TRIBUNAL  DE JUSTIÇA DO ESTADO DA BAHIA

  Seção Cível de Direito Público 



Processo: MANDADO DE SEGURANÇA CÍVEL n. 8010705-66.2024.8.05.0000
Órgão Julgador: Seção Cível de Direito Público
IMPETRANTE: LESLIE BARBOSA NARDE
Advogado(s): BARBARA DA CONCEIÇÃO SOUZA ROCHA
IMPETRADO: SECRETARIA DE EDUCAÇÃO DO ESTADO DA BAHIA e outros
Advogado(s):  

 

VOTO

 

Como exposto no relatório, trata-se de Mandado de Segurança, com pedido liminar, impetrado por LESLIE BARBOSA NARDE contra ato reputado coator atribuído à ilma.

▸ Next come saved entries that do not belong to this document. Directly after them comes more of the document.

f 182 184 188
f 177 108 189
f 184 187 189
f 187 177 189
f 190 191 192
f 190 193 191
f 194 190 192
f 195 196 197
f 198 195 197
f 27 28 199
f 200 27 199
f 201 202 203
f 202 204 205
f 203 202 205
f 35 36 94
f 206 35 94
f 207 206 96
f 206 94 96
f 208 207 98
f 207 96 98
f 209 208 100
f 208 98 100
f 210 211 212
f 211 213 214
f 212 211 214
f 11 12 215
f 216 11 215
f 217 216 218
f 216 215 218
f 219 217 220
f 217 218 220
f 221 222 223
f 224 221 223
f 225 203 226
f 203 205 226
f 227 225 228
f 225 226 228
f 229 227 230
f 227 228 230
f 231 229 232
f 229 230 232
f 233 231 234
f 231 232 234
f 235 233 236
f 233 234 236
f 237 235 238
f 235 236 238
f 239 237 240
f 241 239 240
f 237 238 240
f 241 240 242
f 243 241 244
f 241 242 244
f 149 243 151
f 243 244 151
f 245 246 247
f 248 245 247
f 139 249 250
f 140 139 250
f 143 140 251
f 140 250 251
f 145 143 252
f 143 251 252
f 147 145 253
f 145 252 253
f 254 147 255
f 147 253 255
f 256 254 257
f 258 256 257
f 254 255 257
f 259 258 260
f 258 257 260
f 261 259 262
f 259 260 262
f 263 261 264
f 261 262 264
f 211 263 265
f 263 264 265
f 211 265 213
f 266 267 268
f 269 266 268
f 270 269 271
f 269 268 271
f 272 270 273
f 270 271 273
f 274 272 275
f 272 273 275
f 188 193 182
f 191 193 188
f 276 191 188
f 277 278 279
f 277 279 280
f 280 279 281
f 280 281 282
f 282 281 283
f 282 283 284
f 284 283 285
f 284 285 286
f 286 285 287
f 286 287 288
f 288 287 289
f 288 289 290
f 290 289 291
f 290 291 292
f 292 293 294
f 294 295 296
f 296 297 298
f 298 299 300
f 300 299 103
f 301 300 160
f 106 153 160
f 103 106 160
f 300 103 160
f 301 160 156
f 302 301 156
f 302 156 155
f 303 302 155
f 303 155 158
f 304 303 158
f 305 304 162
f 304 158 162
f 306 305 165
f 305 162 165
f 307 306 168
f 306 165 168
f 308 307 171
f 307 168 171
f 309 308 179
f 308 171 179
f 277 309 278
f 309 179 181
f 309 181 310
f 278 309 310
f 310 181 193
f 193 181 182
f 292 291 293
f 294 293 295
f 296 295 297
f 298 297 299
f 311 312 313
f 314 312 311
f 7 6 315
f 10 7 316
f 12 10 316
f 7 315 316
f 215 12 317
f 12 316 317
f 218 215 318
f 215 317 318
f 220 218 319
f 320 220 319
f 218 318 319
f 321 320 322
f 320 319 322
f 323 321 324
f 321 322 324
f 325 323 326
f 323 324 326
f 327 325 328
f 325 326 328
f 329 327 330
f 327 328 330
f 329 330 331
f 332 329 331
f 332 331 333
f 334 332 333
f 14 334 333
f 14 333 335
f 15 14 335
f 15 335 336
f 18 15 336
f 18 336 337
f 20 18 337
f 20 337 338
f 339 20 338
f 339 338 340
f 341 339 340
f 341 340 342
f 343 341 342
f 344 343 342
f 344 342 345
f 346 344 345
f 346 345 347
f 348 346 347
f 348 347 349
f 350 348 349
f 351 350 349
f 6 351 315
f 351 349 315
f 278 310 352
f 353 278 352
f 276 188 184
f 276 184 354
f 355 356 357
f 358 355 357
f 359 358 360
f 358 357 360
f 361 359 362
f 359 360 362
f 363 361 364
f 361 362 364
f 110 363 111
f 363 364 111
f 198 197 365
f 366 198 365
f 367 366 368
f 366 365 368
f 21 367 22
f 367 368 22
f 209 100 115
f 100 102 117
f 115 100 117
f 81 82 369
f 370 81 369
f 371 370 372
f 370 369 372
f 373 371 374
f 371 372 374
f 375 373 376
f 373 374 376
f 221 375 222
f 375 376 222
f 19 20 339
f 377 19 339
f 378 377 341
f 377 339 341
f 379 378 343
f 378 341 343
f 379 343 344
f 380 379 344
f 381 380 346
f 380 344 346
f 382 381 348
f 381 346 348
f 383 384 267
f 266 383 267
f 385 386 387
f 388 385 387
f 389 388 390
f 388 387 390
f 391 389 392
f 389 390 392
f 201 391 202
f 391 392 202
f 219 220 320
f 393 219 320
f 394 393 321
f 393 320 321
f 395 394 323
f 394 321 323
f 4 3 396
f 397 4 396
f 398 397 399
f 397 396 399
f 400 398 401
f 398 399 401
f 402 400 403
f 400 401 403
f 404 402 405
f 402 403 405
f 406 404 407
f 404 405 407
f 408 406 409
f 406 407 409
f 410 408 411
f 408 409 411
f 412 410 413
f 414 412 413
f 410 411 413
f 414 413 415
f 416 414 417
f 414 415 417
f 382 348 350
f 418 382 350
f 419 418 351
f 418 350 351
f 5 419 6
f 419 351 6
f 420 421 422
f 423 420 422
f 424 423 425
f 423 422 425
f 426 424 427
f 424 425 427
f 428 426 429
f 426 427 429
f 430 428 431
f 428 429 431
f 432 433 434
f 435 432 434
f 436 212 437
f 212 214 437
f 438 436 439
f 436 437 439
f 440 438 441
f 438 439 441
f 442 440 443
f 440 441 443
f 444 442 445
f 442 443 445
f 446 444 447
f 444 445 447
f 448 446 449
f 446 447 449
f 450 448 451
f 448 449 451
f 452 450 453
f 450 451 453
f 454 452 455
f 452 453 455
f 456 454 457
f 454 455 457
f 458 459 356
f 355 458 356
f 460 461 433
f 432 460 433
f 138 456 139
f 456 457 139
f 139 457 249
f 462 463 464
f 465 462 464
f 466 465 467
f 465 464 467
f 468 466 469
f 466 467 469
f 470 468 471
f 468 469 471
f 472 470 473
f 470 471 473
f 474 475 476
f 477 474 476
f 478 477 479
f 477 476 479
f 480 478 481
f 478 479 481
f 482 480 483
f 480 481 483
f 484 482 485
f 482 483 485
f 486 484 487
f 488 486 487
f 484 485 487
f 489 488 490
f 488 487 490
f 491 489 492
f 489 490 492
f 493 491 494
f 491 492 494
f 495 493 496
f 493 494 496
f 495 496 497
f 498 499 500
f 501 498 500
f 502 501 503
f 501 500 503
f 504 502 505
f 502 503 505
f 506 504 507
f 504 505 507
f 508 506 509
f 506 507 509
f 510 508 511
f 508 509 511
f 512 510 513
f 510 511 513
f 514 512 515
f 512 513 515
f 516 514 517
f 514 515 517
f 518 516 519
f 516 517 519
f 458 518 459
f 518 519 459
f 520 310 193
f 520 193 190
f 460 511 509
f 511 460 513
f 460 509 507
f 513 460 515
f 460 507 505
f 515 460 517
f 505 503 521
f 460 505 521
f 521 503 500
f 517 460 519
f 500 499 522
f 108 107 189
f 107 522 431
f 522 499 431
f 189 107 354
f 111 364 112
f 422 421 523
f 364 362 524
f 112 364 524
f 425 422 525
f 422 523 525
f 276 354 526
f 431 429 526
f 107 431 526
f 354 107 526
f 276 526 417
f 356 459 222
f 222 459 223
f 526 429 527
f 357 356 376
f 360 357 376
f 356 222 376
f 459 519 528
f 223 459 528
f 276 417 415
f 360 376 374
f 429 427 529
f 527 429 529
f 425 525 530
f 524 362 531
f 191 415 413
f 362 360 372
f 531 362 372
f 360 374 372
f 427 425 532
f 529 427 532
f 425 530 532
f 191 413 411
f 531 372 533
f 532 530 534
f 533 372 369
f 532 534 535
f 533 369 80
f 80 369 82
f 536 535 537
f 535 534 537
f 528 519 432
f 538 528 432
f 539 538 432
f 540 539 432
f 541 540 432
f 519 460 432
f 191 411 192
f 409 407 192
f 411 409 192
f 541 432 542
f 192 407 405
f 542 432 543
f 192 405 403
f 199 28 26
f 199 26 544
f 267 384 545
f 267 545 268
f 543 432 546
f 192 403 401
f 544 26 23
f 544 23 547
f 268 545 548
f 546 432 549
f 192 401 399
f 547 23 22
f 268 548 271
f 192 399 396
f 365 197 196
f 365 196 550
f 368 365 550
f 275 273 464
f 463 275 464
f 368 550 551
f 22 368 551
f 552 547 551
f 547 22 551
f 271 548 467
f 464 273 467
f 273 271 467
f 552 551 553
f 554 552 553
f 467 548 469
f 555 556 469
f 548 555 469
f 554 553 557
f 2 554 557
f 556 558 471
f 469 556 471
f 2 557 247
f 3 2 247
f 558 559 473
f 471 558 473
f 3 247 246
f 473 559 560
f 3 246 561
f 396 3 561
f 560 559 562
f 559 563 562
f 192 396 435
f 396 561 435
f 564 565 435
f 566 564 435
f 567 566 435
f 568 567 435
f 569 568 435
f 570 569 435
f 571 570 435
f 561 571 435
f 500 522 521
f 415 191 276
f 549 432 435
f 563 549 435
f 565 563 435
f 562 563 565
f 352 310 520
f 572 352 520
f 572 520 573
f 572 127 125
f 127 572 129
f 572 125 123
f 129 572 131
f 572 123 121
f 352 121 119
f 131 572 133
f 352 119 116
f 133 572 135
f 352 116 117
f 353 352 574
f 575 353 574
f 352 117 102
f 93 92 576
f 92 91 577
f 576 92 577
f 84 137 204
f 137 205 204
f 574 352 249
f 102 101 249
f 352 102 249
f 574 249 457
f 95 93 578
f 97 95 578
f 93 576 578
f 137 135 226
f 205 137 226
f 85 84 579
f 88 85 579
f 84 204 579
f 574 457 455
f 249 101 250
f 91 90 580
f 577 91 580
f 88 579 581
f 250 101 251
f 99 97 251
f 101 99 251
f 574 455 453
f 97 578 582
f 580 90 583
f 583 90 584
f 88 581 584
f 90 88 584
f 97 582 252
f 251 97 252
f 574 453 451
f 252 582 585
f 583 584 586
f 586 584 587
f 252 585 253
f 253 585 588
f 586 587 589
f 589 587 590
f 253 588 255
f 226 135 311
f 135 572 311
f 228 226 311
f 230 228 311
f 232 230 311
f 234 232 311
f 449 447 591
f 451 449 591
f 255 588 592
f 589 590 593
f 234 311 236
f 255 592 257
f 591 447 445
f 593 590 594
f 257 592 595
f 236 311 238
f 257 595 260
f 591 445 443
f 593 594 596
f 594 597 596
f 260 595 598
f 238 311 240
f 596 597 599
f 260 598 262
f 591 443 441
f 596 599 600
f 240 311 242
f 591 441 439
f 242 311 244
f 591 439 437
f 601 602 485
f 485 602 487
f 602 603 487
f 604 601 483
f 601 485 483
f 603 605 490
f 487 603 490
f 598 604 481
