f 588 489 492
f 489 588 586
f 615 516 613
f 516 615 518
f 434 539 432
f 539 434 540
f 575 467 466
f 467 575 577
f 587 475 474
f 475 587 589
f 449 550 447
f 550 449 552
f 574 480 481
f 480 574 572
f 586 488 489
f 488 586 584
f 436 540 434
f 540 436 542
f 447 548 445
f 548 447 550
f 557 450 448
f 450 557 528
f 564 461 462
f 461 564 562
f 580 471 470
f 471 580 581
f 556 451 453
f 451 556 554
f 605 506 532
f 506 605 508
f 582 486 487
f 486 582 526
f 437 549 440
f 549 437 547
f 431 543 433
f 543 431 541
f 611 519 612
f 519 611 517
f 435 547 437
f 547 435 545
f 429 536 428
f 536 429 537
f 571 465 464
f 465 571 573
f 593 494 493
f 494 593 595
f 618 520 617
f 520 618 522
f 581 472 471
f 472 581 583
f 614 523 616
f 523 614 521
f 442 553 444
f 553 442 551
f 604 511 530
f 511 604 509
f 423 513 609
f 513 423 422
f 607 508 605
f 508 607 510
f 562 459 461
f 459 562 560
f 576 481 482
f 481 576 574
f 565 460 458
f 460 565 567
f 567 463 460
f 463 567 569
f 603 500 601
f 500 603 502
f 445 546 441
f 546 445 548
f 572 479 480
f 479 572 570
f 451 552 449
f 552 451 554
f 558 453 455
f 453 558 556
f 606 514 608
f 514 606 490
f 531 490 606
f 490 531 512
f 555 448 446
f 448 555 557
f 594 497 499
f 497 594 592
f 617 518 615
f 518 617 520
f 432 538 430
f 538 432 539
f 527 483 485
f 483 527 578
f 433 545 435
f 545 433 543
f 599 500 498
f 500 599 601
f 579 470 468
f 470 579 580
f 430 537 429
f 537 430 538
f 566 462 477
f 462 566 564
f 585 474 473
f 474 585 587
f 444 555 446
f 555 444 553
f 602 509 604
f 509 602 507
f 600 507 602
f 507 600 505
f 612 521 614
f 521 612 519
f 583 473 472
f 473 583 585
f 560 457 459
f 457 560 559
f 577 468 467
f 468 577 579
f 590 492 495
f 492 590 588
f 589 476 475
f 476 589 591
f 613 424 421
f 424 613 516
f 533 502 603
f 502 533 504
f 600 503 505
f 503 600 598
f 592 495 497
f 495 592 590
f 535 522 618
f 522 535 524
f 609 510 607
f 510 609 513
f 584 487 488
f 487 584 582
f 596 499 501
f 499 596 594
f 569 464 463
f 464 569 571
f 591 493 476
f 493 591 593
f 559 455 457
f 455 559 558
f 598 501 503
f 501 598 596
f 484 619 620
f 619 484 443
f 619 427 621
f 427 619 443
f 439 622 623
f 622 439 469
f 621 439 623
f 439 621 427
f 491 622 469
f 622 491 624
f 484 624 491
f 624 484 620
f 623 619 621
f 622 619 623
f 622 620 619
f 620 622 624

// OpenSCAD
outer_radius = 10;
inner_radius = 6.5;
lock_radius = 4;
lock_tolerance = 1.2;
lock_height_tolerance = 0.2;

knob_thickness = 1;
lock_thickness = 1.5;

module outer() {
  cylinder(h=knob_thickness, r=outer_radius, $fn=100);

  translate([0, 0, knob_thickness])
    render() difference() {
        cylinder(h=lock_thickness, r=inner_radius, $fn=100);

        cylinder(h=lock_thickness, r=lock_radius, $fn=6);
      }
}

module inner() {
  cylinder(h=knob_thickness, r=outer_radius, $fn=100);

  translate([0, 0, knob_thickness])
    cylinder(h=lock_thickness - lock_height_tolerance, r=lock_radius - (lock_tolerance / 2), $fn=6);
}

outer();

SECRETARIA DE EDUCAÇÃO DO ESTADO DA BAHIA, considerado ilegal e arbitrário, consubstanciado no indeferimento do pedido de redução de carga horária de 40 (quarenta) para 20 (vinte) horas, em razão do filho menor de idade com quadro de transtorno do espectro autista moderado.

 

Prima facie, no que tange a alegação de ausência de prova préconstituída, haja vista que, consoante se depreende do estudo dos autos, denotase que matéria a ser deslindada diz respeito à questão exclusivamente de direito, não havendo tema de fato a ser dirimido à guisa de preliminar.

 

Neste sentido, o Superior Tribunal de Justiça, através do verbete de súmula nº 625, consolidou o entendimento de que a “controvérsia sobre matéria de direito não impede concessão de mandado de segurança”.

 

Deste modo, não merece ser acolhida a aludida preliminar suscitada pelo Estado da Bahia.

 

Pois bem. Sabe-se que o Mandado de Segurança é um remédio constitucional à disposição do indivíduo que dele pode se valer em hipóteses nas quais julgar violado direito líquido e certo de sua titularidade, por ato de autoridade pública ou de quem a ela possa equiparar-se. Assim é que, nos exatos termos do artigo 5º, LXIX, da Constituição Federal, "conceder-se-á mandado de segurança para proteger direito líquido e certo, não amparado por habeas corpus ou habeas data, quando o responsável pela ilegalidade ou abuso de poder for autoridade pública ou agente de pessoa jurídica no exercício de atribuições do Poder Público".

 

A Doutrina conceitua o "direito líquido e certo" a ser protegido pela Ação Mandamental, sendo oportunas a este respeito as lições de Hely Lopes Meirelles, segundo o qual:

 

"Direito líquido e certo é o que se apresenta manifesto na sua existência, delimitado na sua extensão e apto a ser exercitado no momento da impetração. Por outras palavras, o direito invocado, para ser amparável por mandado de segurança, há de vir expresso em norma legal e trazer em si todos os requisitos e condições de sua aplicação ao impetrante: ...". (MEIRELLES, Hely Lopes. Mandado de Segurança. 25 ed. São Paulo : Malheiros, 2003)

 

No mérito, cinge-se a querela em comento à análise da existência de ilegalidade do ato administrativo que promoveu o indeferimento do pedido de redução de carga horária de 40 (quarenta) para 20 (vinte) horas semanais horas, em razão do filho menor de idade com quadro de transtorno do espectro autista.

 

De logo, assinalo o Estatuto dos Servidores Públicos Civis do Estado da Bahia, Lei Estadual nº 6.677/94, não disciplina a hipótese de redução da carga horária do servidor com filho portador de necessidades especiais, mas apenas a licença por motivo de doença em pessoa da família, ex vi dos art. 100 e 101, com escalonamento de redução da remuneração de acordo com o período de afastamento, o qual não pode ultrapassar 12 meses, ocorrendo, portanto, uma lacuna legal. Vejamos:

 

“Art. 100 - Poderá ser concedida licença ao servidor, por motivo de doença do cônjuge ou companheiro, dos pais, do padrasto ou madrasta, dos filhos, dos enteados, de menor sob guarda ou tutela, dos avós e dos irmãos menores ou incapazes, mediante prévia comprovação por médico ou junta médica oficial.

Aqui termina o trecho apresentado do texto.